第64話 開いた扉の先で

文字数 5,447文字

 薄暗い舞台の中、私たちだけを包み込む優しい光が、旅立ちを祝福していた。手を繋いで歩き出すその瞬間、演劇が終わり、私の一時の夢の幕が静かに下りた。

 ウォルターとメイヴィスにとって、この瞬間は希望の旅立ちであり、新たな未来への出発を意味する。しかし、私には、この場面が心の奥深くでの決別を意味している。間もなく訪れる自分の消失と、茉凜への未練が交錯するこの瞬間、私はその感情を一つ一つ噛みしめながらも、心の中で火山が噴火するような激しい感情に押しつぶされそうになっていた。

 劇が進むにつれて、これまで曖昧だった茉凜への思いが、私の心の中で次第に形を成し、まるで嵐が私を襲うかのように、感情が抑えきれないほど溢れ出していた。そして、最後の最後で私はメイヴィスから離れ、自分の本当の気持ちと心からの願いを自覚してしまった。

 彼女の唇に触れることで、私の中の深い感情が一気に現実のものとなった。一方通行の無理やりの触れ合いだったけれど、その瞬間、私の心には強烈な痛みとともに強く刻まれた。心の奥底で抑えきれない激情が爆発し、涙とともに激しい感情が流れ出した。

 これで、私の心の中の茉凜への思いはすっかりはっきりとしてしまった。後悔や未練が心に渦巻く中で、私は自分を無理に納得させようとしていたが、それは虚しく、心の中で痛みが深まるばかりだった。

 私の物語が終わりを迎えるとき、茉凜が抱いているだろう感情もまた、過去の一部として静かに収束していくだろうと思っていた。しかし、現実には、感情の波に飲まれてただ耐えるしかなかった。

 舞台の光の中で、ウォルターとメイヴィスの旅立ちを見守りながら、自分の中の感情と向き合う準備が整ったはずだった。茉凜への思いが消えることはないけれど、それでも私は目的に向かって進まなければならないという決意を固めようとしていた。

 そのつもりだったのに……。

 なぜだろう、どうしても涙が止まらない。私はもっと強い人間だと思っていたのに、こんなにも弱くて、悲しみと悔しさに押しつぶされている自分が信じられず、涙を流すたびに、心の中で何かが崩れ落ちていくのを感じていた。私の中の強さや決意が、こんなにも脆いものであるとは思いもしなかった。

 茉凜への思いが、こんなにも私の心に深く刻まれている。それを痛感するばかりで、どうしても収められない感情が私を引き裂いていた。私は、この先に待ち受けている茉凜とのお別れに向けて強くなりたかった。この演劇を通して、自分の中の未練や後悔が整理されると思っていた。でも、現実には涙とともに溢れ出る感情が私を包み込み、その重さにただひたすら耐えているだけだった。

 こんな泣き虫が私の本当の姿なのか。涙が止まらない自分を受け入れながら、私はまだ前に進む力を探して迷っている。

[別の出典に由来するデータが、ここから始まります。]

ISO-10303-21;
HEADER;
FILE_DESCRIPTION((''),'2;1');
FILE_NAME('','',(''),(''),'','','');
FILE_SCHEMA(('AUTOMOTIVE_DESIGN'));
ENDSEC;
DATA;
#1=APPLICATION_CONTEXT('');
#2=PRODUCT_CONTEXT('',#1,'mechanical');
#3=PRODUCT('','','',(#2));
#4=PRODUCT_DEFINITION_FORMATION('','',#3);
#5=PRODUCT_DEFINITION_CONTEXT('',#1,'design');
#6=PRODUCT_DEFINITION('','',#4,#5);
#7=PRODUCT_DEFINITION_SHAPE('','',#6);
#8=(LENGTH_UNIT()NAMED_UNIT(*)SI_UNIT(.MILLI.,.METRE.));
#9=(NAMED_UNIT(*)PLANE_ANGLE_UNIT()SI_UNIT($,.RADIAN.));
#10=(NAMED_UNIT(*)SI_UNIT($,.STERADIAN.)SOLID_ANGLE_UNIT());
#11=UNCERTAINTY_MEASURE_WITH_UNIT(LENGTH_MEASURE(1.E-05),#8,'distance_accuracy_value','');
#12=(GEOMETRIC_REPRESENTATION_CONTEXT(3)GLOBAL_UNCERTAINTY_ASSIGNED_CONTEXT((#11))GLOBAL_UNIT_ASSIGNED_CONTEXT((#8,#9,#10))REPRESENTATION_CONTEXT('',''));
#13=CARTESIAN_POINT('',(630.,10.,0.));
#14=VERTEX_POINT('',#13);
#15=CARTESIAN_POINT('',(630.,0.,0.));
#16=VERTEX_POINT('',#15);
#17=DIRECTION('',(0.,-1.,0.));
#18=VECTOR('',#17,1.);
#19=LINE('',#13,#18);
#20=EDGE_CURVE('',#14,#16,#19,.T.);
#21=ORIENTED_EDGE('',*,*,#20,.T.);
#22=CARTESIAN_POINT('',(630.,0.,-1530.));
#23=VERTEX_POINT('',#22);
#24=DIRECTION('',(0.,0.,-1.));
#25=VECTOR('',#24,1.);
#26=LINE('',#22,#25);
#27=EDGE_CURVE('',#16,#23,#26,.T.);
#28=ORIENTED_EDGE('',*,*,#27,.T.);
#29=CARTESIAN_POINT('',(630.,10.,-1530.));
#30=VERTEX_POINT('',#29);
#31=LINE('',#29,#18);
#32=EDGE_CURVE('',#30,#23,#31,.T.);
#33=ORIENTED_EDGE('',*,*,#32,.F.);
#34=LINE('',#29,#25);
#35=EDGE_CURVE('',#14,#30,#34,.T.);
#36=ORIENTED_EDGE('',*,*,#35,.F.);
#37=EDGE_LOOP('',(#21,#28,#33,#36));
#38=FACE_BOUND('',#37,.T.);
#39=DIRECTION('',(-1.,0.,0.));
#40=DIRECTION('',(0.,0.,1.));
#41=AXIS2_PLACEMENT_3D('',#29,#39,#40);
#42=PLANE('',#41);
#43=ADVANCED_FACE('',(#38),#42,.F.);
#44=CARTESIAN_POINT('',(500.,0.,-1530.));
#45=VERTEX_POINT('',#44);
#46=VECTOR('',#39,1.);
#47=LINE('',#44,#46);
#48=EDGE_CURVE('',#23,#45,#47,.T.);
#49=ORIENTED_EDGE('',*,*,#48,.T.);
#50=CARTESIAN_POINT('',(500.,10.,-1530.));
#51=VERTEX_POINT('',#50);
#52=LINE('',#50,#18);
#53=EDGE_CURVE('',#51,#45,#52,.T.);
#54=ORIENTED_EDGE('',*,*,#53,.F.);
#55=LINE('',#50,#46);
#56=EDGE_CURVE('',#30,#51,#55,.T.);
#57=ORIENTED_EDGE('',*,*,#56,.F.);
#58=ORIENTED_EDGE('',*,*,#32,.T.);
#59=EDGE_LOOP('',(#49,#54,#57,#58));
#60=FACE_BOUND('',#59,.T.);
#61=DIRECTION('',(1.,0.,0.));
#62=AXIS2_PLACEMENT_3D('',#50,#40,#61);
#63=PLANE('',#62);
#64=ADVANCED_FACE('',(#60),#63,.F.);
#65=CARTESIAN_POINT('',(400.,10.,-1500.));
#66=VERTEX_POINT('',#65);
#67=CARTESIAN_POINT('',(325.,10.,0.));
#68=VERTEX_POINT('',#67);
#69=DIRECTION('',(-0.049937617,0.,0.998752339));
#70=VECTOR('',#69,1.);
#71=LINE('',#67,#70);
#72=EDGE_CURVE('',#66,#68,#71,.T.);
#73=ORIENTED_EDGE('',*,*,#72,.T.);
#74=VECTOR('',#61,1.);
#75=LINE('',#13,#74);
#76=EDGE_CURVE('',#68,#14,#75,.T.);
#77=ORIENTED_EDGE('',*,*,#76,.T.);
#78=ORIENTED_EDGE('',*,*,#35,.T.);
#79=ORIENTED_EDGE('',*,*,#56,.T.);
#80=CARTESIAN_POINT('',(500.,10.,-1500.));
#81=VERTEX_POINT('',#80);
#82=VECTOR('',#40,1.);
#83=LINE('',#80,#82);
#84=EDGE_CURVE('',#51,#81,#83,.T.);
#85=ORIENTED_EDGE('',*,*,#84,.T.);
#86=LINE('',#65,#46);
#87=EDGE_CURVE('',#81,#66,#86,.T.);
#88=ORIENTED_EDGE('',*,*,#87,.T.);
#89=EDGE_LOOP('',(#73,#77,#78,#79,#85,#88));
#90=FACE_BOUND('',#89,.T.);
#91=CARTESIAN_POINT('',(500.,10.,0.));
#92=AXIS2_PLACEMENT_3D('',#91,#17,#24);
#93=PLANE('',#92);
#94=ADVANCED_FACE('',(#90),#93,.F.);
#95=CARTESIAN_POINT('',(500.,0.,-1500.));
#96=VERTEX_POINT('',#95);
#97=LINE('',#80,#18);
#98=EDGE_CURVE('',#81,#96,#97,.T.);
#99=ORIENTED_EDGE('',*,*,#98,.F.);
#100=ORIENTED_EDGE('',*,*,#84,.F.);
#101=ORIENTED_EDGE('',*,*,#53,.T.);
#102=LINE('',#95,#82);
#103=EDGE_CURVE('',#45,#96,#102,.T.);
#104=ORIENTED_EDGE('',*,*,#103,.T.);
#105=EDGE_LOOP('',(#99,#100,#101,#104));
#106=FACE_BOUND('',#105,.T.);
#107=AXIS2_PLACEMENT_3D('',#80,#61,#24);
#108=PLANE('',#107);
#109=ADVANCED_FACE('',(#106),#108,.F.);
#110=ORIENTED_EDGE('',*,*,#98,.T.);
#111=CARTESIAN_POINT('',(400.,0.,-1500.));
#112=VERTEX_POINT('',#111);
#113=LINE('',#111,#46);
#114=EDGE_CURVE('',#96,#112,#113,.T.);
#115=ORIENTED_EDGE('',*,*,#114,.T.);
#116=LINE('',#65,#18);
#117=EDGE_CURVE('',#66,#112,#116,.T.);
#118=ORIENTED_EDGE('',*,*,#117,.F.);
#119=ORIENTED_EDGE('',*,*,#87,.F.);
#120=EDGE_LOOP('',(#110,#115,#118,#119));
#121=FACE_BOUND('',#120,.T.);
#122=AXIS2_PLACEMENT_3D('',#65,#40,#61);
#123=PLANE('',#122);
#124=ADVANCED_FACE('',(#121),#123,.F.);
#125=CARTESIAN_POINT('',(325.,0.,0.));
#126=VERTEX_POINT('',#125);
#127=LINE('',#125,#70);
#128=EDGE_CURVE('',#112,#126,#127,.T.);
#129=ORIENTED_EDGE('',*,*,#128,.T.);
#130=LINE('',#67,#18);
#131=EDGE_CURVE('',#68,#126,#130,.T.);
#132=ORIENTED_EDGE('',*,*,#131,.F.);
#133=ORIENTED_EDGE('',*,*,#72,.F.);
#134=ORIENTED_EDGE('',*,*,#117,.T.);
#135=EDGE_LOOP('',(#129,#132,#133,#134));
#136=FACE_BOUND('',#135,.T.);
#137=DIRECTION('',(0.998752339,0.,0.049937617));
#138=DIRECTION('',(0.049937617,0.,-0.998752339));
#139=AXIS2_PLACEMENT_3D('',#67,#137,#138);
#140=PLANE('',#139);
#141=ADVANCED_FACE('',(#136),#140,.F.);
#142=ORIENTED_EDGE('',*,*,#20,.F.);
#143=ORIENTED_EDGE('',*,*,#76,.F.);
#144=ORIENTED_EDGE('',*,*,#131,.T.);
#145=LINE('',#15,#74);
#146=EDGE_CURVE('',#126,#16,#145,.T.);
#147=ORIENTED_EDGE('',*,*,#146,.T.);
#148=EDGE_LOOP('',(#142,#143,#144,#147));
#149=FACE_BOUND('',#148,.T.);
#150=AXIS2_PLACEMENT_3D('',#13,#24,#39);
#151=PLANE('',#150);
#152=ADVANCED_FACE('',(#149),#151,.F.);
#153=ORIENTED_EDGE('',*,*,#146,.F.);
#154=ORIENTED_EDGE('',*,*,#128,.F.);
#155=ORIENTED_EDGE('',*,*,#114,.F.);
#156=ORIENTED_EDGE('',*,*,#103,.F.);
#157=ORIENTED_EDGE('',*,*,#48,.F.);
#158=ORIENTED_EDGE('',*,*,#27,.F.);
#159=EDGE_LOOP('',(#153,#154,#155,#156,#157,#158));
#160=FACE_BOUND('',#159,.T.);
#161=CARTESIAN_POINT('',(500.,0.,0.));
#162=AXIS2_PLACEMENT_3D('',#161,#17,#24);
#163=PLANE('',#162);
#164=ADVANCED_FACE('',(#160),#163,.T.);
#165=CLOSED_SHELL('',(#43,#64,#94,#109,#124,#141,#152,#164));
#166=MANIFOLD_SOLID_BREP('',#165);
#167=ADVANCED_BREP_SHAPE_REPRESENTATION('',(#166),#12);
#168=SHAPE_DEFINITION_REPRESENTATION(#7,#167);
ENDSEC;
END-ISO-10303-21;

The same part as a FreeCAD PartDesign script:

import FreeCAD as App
import Part
import Sketcher

V = App.Vector
Q = App.Units.Quantity


def add_polygon(sketch, points):
    """Adds a closed chain of lines whose ends are joined by coincident constraints."""
    first, n = sketch.GeometryCount, len(points)
    for a, b in zip(points, points[1:] + points[:1]):
        sketch.addGeometry(Part.LineSegment(App.Vector(*a, 0), App.Vector(*b, 0)), False)
    for i in range(n):
        sketch.addConstraint(Sketcher.Constraint("Coincident", first + i, 2, first + (i + 1) % n, 1))

doc = App.newDocument("Part")
params = doc.addObject("Spreadsheet::Sheet", "Params")
for row, (alias, value) in enumerate([
    ("sketch1_width", "305 mm"),
    ("sketch1_width2", "130 mm"),
    ("sketch1_width3", "100 mm"),
    ("sketch1_height", "1530 mm"),
    ("sketch1_height2", "30 mm"),
    ("pad1_length", "10 mm"),
], start=1):
    params.set(f"A{row}", alias)
    params.set(f"B{row}", "=" + value)
    params.setAlias(f"B{row}", alias)

body = doc.addObject("PartDesign::Body", "Body")

sketch1 = body.newObject("Sketcher::SketchObject", "Sketch")
sketch1.AttachmentSupport = (doc.getObject("XZ_Plane"), [""])
sketch1.MapMode = "FlatFace"
add_polygon(sketch1, [(400, -1500), (325, 0), (630, 0), (630, -1530), (500, -1530), (500, -1500)])
sketch1.addConstraint(Sketcher.Constraint("Horizontal", 1))
sketch1.addConstraint(Sketcher.Constraint("Vertical", 2))
sketch1.addConstraint(Sketcher.Constraint("Horizontal", 3))
sketch1.addConstraint(Sketcher.Constraint("Vertical", 4))
sketch1.addConstraint(Sketcher.Constraint("Horizontal", 5))
sketch1.addConstraint(Sketcher.Constraint("PointOnObject", 0, 2, -1))
sketch1.addConstraint(Sketcher.Constraint("DistanceX", 1, 1, 1, 2, Q("305 mm")))
sketch1.addConstraint(Sketcher.Constraint("DistanceX", 3, 2, 3, 1, Q("130 mm")))
sketch1.addConstraint(Sketcher.Constraint("DistanceX", 5, 2, 5, 1, Q("100 mm")))
sketch1.addConstraint(Sketcher.Constraint("DistanceY", 2, 2, 2, 1, Q("1530 mm")))
sketch1.addConstraint(Sketcher.Constraint("DistanceY", 4, 1, 4, 2, Q("30 mm")))
sketch1.addConstraint(Sketcher.Constraint("DistanceX", -1, 1, 0, 2, Q("325 mm")))
sketch1.setExpression("Constraints[12]", "Params.sketch1_width")
sketch1.setExpression("Constraints[13]", "Params.sketch1_width2")
sketch1.setExpression("Constraints[14]", "Params.sketch1_width3")
sketch1.setExpression("Constraints[15]", "Params.sketch1_height")
sketch1.setExpression("Constraints[16]", "Params.sketch1_height2")
pad1 = body.newObject("PartDesign::Pad", "Pad")
pad1.Profile = sketch1
pad1.setExpression("Length", "Params.pad1_length")
pad1.Reversed = True

doc.recompute()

 観客の万雷の拍手や声援も、まるで遠くから聞こえてくるようで、焦りと絶望に苛まれながら舞台袖へと逃げ込みたかった。そして、その瞬間、茉凜の顔を見ることができなかった。彼女の口から何が出てくるかを考えると、身もすくむような恐怖と共に、心の中で再び感情の嵐が巻き起こっていた。
 
 舞台袖に入ると、ようやく息をつくことができた。身体には今まで味わったことのない疲労感が押し寄せ、立っていることさえ難しく、ふらついてしまった。そんな私を、茉凜はそっと支えてくれた。

「だいじょうぶ? 弓鶴くん、がんばったもんね」

 彼女の言葉は、私の心にしみわたる温かさをもたらしたが、同時に信じられない思いが湧き上がってきた。

 「どうしてあんなことをしたの?」とか「どうしてキスなんか?」と訊かれると思っていたから。私の突然の行動に、彼女がどれほど動揺しているかと想像していたのに、彼女は私を気遣ってくれたのだ。

「どうして……」

 私は小さく呟いた。その声は自分でもよく分からないほど震えていた。

「ん? なにか?どうかした?」

 茉凜は私を覗き込むように言った。こわごわと顔を向けると、そこにはいつもの、いや、いつも以上に穏やかな茉凜の微笑みがあり、私を包み込んでくれていた。その笑顔は、私の心に深い温もりをもたらし、私の感情を一層混乱させた。

「どうして……」

 また同じ言葉が漏れた。胸がどんどん熱くなり、涙が溢れて止まらなかった。その笑顔が嬉しくて、すぐにでも彼女の胸に飛び込みたくなるほどで、その衝動が私を圧倒していた。どうして、こんなにも茉凜の存在が私の心に深く根を下ろしているのか、私自身理解しきれなかった。

「ごめんなさい!!」

 その瞬間、私は咄嗟に走り出していた。まるで時間切れを迎えて舞踏会から逃げ出すシンデレラのように、ただ必死に。茉凜の優しい言葉と微笑みが、私の中で暴れ狂う感情を引き裂くように感じられ、逃げることでその混乱から解放されようとしていた。しかし、どこへ逃げてもその心の痛みは消えず、ただ必死に走り続けるしかなかった。

      ◇           ◇

 私は脇目も振らずに走り続けていた。学園祭の喧騒の中、人々が行き交う中をただひたすらに。茉凜から逃げることだけに集中していて、周りにいる人々の存在などまるで気にならなかった。もしこの中に刺客が紛れ込んでいたら、という考えすら浮かばなかった。ただ、彼女から逃げることが全てだった。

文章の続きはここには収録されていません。